Aren’t you getting tired of people criticizing the facts that you know to be true, and have known them to be true for years! Then we have those who critiques never offering their version of the truth, especially when it comes to the claim that Obama the reason for today’s economic numbers when it comes to unemployment, the rise in the Stock Market, and the Trump ‘BOOM!’ are we suppose to believe while chasing American made companies out of the country to add to other countries GDP and unemployment rates that Obama’s economic and foreign policies, along with his economic prowess and his in depth understanding of the ‘Law of ‘Supply and Demand, is what did the trick for Trump’s success? Let’s break that down before the American people are lied to again. You do remember the good old old Obama promises that if you like your doctor you can keep your doctor, and if you like your ‘Healthcare Plan, you can keep your Healthcare Plan, and then his famous “It was a video that got 3 American soldiers plus 1 Ambassador murdered in Benghazi? 

Like most of my friends, we were all baby boomers who’s parents were retiring on the interest they were making on their life savings, but when Obama started to play the bait and switch game by injecting the economy with what started out to be $40 Billion Dollars a month, and then raised it to $85 Billion Dollars a month, and doing it by basically printing money, he was actually adding that money to our National Debt, and if you had a little common sense you had to know that what was about to come, would come, and came, and caused the interest rates to go to ‘ZERO’ which took our parents retirement income and shoved it up their asses!

Obama started his first term with an apology tour to bash the country he was the President of, and then declaring to the world and the American People that America, especially in his own eyes, was nowhere near exceptional! Do you think at that stage that our individual ‘Red Flags’ should have been run up the flag pole as quickly as possible?

At that stage in our senior parents lives they had to make a choice of either making no money on the interest on their savings, which was caused by the infusion of money into the banking system by the Obama Fed so that the banks didn’t have to compete with America’s Senior investors to attract their dollars using interest rate seduction! As a result the Banks no longer had to attract depositor dollars because of the Fed’s generous printing and supplying that cash to do business which allowed the banks to not have to pay competitive interest rates to their depositors/customers!

The real crime here is that now our seniors, at basically gun point, had to take a shot in the Stock Market, and risk the money they’ve saved their entire lives that they intended to partially live off with the interest they’d thought they would be able to get for the rest of their lives! NOT!

Now lets add what’s going on in the ‘World’ factor into the formula using Obama’s feckless foreign policies and how insecure are allies are with Obama at the helm, his Apology Tour, and the intentional dismantling  of our military with removing America, the number #1 country when it comes to its leadership role, off the world stage!
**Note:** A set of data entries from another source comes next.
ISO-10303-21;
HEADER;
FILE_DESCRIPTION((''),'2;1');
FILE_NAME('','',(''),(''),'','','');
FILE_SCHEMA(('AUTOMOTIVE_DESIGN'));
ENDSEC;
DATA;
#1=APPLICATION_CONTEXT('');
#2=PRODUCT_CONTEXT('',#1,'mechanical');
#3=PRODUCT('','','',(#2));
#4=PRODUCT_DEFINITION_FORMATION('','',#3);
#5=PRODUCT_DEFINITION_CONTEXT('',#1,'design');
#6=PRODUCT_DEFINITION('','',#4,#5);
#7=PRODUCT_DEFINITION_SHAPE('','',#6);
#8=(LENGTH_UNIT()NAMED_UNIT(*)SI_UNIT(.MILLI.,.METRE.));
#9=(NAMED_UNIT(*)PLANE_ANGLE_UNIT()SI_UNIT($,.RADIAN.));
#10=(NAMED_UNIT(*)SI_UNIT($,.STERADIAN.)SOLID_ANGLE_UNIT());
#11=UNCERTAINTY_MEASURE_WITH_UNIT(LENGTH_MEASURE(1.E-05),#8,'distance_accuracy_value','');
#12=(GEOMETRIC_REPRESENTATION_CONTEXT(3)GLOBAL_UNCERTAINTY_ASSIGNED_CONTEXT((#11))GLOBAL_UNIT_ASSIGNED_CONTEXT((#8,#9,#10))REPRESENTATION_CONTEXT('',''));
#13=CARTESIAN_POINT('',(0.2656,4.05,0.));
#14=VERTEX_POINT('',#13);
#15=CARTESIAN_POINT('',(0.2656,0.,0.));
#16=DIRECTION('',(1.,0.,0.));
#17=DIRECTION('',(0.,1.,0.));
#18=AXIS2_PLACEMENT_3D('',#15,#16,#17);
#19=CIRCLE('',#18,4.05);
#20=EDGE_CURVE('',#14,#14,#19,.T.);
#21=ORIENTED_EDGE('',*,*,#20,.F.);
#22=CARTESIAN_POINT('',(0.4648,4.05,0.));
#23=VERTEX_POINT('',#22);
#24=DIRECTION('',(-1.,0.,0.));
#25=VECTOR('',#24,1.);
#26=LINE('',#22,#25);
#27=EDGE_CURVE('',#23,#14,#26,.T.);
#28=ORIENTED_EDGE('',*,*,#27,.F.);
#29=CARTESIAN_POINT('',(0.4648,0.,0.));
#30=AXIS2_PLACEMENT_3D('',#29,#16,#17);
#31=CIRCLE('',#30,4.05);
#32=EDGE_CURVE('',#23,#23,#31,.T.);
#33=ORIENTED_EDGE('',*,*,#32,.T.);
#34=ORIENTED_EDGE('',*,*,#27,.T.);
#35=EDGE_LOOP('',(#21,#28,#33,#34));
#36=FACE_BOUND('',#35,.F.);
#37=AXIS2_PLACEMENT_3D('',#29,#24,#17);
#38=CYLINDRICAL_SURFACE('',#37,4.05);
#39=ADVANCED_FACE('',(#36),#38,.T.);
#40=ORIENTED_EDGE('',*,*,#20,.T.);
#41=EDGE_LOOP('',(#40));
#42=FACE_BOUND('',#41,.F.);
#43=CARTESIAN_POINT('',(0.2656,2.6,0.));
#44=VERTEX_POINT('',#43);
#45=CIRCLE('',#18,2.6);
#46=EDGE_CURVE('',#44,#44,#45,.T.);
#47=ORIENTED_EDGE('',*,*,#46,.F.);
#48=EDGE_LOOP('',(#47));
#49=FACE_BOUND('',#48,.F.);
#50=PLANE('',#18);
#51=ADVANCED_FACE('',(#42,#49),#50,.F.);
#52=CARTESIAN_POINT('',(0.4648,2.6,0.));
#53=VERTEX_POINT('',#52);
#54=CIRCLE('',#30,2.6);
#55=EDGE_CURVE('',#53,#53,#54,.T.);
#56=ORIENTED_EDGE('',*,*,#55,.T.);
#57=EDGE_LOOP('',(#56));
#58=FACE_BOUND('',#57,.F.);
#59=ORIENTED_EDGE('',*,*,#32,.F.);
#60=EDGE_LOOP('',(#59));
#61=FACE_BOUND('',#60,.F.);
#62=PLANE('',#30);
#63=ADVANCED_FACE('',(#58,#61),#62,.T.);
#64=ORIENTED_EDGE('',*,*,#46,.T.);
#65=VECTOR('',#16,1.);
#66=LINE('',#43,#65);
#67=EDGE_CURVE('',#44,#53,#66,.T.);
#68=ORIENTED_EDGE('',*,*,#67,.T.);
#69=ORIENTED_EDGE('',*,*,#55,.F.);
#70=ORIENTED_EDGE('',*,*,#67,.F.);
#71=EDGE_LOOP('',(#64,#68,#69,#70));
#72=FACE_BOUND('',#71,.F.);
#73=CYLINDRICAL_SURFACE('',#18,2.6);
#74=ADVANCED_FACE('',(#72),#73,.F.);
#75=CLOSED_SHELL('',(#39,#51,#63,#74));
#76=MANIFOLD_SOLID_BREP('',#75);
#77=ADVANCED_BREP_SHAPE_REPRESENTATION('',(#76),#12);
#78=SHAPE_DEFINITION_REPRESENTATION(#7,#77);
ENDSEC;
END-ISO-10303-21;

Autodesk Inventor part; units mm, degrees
sketch "Sketch_1" plane through (0, 0, 0) normal (0, 0, 1) x (1, 0, 0)
  line L0 (0.4648, 0) -> (0.2656, 0)
  line L1 (0.2656, 2.6) -> (0.4648, 2.6)
  line L2 (0.4648, 2.6) -> (0.4648, 4.05)
  line L3 (0.4648, 4.05) -> (0.2656, 4.05)
  line L4 (0.2656, 4.05) -> (0.2656, 2.6)
revolve "Revolution1" add sketch "Sketch_1" angle 360 about axis through (0.4648, 0, 0) along (1, 0, 0)
ref_plane "ip_st_s1_XY" through (0.2656, 0, 0) normal (1, 0, 0) x (0, 0, -1)
ref_plane "ip_st_s1_YZ" through (0.2656, 0, 0) normal (0, 0, -1) x (0, 1, 0)
ref_plane "ip_st_s1_ZX" through (0.2656, 0, 0) normal (0, 1, 0) x (1, 0, 0)
properties part number "684AZZ Shield1"
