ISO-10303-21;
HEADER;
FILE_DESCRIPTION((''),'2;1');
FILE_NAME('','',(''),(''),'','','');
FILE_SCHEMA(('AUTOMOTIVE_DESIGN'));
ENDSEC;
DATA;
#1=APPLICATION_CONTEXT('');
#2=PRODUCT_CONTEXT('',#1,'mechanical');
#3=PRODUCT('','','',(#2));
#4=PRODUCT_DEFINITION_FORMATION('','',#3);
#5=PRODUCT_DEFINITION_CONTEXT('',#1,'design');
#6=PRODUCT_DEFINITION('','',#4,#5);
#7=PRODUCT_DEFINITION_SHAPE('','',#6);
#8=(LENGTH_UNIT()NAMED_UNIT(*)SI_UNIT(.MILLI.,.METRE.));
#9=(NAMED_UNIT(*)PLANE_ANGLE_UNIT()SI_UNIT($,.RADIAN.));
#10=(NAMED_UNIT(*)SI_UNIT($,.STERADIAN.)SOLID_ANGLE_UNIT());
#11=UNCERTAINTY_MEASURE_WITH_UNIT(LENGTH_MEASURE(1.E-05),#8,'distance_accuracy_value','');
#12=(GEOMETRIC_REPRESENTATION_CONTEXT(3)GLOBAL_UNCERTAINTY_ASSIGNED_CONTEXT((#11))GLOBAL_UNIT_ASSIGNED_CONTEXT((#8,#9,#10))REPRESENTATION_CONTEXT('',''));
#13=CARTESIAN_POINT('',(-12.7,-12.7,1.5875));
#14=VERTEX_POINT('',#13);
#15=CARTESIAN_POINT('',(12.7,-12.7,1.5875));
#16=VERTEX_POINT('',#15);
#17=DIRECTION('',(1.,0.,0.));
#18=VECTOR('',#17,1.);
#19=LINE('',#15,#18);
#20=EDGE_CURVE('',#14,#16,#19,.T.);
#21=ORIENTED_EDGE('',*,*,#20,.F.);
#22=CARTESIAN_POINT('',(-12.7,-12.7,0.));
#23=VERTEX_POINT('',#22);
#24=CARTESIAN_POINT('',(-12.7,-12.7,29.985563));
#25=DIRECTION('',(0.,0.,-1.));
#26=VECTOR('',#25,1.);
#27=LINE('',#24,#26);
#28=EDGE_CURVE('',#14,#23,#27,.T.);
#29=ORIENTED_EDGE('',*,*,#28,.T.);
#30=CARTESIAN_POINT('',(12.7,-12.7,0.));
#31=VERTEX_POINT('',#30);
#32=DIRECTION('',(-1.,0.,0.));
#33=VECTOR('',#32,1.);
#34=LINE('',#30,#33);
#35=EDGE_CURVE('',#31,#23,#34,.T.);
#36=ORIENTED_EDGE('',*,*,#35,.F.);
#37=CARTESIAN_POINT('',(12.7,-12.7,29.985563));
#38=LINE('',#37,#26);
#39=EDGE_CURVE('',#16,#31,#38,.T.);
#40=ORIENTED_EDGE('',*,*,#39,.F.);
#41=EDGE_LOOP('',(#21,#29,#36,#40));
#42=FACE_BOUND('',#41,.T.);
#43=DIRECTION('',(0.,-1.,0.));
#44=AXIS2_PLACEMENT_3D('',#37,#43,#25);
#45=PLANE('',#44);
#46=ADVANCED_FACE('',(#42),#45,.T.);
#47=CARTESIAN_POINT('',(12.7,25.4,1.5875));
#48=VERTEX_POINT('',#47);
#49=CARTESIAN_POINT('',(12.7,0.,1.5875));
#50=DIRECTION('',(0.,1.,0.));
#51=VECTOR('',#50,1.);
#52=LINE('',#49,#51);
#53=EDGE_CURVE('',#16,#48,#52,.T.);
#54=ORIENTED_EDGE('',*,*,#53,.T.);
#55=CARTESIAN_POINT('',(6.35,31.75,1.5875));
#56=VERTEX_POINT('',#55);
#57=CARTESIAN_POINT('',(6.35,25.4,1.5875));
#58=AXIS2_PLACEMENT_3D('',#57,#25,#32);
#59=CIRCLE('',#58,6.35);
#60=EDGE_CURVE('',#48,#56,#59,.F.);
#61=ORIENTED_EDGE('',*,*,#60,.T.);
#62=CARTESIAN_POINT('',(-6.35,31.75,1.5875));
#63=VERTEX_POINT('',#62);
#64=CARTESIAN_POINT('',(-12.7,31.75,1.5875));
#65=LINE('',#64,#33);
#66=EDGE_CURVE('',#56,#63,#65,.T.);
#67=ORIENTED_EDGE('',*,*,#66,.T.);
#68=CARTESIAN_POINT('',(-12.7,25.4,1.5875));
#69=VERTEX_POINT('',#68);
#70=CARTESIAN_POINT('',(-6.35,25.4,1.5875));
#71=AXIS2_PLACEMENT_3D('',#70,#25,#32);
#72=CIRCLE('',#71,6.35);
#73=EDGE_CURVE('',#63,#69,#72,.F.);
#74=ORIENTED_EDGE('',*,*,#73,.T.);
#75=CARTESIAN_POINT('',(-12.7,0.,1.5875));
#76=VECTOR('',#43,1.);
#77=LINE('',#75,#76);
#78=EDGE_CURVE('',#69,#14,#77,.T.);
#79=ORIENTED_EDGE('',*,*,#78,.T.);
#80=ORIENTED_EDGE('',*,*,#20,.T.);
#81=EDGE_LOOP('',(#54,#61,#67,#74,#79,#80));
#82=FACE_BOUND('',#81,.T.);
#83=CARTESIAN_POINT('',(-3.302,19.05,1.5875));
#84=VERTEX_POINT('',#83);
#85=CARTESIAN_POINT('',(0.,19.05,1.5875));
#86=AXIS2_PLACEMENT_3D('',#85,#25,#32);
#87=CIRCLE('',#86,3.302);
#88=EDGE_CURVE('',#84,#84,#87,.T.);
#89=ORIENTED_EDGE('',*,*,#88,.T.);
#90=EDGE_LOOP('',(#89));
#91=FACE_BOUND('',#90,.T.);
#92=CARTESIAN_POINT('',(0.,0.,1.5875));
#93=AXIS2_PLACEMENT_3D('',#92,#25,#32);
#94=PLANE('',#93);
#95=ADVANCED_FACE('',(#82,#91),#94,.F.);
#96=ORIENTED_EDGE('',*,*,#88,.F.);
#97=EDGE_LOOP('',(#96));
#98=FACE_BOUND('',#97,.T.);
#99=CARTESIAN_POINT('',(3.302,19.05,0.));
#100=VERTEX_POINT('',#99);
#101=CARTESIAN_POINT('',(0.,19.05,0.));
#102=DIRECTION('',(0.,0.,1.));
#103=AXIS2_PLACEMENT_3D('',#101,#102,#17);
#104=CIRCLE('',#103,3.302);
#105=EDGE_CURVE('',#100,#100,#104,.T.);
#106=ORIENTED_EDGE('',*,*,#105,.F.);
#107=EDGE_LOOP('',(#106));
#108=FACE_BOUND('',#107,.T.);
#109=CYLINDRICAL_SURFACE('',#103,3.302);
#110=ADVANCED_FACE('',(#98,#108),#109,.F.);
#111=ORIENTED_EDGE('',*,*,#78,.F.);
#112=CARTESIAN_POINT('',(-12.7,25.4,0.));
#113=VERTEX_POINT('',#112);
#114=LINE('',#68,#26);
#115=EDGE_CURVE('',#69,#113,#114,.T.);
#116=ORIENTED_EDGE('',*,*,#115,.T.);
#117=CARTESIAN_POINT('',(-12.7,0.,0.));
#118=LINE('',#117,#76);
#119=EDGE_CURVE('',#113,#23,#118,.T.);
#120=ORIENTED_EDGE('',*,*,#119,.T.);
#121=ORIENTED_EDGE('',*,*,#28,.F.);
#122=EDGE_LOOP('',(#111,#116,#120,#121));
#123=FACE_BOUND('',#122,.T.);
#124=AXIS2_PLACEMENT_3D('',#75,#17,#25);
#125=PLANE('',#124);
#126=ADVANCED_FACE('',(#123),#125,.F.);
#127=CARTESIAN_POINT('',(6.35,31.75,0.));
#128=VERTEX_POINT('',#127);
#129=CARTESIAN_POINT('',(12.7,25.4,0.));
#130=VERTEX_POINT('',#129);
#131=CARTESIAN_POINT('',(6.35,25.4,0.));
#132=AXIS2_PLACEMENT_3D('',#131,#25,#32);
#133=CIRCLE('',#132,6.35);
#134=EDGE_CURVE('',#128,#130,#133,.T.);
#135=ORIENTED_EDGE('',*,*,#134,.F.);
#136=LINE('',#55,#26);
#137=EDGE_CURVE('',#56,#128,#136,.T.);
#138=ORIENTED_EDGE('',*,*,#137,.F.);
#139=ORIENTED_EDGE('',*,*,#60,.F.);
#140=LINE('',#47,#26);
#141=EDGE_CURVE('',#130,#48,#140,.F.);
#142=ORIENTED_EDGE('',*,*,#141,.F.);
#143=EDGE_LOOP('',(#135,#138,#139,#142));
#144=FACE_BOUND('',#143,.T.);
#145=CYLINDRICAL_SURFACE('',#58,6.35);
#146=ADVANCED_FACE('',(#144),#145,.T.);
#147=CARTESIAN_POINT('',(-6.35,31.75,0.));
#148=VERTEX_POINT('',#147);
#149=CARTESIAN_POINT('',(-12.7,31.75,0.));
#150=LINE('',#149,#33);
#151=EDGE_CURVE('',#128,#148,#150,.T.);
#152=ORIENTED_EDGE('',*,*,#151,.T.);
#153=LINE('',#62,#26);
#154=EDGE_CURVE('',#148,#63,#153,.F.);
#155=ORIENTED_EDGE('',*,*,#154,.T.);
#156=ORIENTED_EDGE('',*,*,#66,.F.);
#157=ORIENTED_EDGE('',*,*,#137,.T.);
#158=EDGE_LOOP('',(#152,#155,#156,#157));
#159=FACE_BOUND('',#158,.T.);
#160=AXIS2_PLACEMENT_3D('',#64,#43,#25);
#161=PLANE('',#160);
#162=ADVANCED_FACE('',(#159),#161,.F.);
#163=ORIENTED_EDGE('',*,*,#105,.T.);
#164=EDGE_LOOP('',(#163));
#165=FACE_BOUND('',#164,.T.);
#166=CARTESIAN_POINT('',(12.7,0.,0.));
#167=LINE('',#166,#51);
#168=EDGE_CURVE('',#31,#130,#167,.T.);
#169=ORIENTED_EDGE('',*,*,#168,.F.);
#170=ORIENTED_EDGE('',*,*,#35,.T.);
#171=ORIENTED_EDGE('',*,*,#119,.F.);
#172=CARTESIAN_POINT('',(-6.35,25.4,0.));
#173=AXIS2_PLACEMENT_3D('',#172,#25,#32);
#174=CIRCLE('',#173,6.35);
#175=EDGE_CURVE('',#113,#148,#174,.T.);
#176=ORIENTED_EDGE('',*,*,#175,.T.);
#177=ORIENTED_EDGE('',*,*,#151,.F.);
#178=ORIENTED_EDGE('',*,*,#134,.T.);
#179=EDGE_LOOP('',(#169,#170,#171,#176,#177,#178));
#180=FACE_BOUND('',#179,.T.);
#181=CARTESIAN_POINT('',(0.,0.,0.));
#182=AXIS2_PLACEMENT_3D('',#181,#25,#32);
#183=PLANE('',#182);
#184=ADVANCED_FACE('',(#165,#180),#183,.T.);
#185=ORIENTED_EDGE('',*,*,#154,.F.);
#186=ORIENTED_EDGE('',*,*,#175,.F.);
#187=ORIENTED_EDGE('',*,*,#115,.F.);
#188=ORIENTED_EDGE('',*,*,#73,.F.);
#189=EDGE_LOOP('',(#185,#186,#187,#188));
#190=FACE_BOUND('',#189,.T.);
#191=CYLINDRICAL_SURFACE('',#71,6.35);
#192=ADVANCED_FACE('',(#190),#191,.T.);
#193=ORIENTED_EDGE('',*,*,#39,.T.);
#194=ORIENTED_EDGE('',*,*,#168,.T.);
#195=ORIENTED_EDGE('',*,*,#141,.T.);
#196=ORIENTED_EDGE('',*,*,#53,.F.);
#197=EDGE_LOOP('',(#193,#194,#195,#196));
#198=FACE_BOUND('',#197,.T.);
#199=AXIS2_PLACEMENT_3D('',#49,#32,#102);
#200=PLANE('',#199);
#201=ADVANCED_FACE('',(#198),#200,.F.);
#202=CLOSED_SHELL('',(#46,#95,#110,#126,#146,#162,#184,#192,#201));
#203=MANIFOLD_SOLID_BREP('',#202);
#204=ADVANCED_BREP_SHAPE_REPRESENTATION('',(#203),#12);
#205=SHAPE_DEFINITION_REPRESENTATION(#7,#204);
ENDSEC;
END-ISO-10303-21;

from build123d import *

# Parameters (mm, degrees)
SKETCH1_W               = 25.4
SKETCH1_H               = 31.75
BOSS_EXTRUDE1_DEPTH     = 1.5875
CUT_EXTRUDE1_DEPTH      = 35.232625611
CUT_EXTRUDE1_DEPTH_BACK = 35.232625611
SKETCH2_R               = 3.302
FILLET1_R               = 6.35
SKETCH3_W               = 25.4
SKETCH3_H               = 12.7
BOSS_EXTRUDE2_DEPTH     = 1.5875


with BuildPart() as part:
    # Sketch1 → Boss-Extrude1 (new body)
    with BuildSketch(Plane.XY):
        with Locations((0, 15.875)):
            Rectangle(SKETCH1_W, SKETCH1_H)
    extrude(amount=BOSS_EXTRUDE1_DEPTH)

    # Sketch2 → Cut-Extrude1 (cut, two sides: drawn at the far end of the back side and taken through both)
    with BuildSketch(Plane.XY.offset(1.5875).offset(-CUT_EXTRUDE1_DEPTH_BACK)):
        with Locations((0, 19.05)):
            Circle(SKETCH2_R)
    extrude(amount=CUT_EXTRUDE1_DEPTH + CUT_EXTRUDE1_DEPTH_BACK, mode=Mode.SUBTRACT)

    # Fillet1
    fillet1_edges = [part.edges().sort_by_distance(p)[0] for p in [
        (-12.7, 31.75, 0.79375),
        (12.7, 31.75, 0.79375),
    ]]
    fillet(fillet1_edges, radius=FILLET1_R)

    # Sketch3 → Boss-Extrude2 (add)
    with BuildSketch(Plane(origin=(0, 0, 0), x_dir=(-1, 0, 0), z_dir=(0, 0, -1))):
        with Locations((0, -6.35)):
            Rectangle(SKETCH3_W, SKETCH3_H)
    extrude(amount=-BOSS_EXTRUDE2_DEPTH)


solid = part.part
Talk about the insecurity of investors with America being replaced on the World Stage by Russia, China, North Korea, Iran, Syria, the ‘Puppet Russia.’ and even Cuba, I think you will find the only safe haven for investment dollars would still be in America, and on America’s markets, which is what gave the upward impetus to the Stock Market, and not as a result of Obama’s feckless cabinet where only 8% had ever hired or fired and employee in their lives! 

‘The Fallacy of Obama’s Job Creation, and How the Obama Fed was Helping to Rig the Stock Market!’

Ten months ago, an NBC News/Wall Street Journal poll foreshadowed the driving forces of the 2016 presidential race by reporting that out of 1,000 adults surveyed, 59 percent indicated a desire for change. As insurgency candidacies have gained strength in both parties, the voters are clearly showing their discontent with business as usual in Washington, D.C.

What’s the reason for such a strong anti-establishment sentiment this election cycle? There are plenty of factors worth mentioning, but near the top of the list has to be the steep decline of America’s labor force participation rate.

Although the Obama administration has loudly touted reports that the U.S. economy has generated 14.1 million new jobs over the past 70 months and now sits at a 5.0 percent unemployment rate, the labor force participation rate has been in virtual free-fall. From March 2010 through December 2015, the percentage dropped from 64.9 percent to a 62.6 percentage, falling to levels not seen since the Carter administration. By contrast, the rate was 67.2 percent when George W. Bush took office in January 2001.

How can the economy currently be producing a “record” number of jobs while the labor force participation rate continues to decline? In order to answer that question, we have to recognize what goes into each calculation.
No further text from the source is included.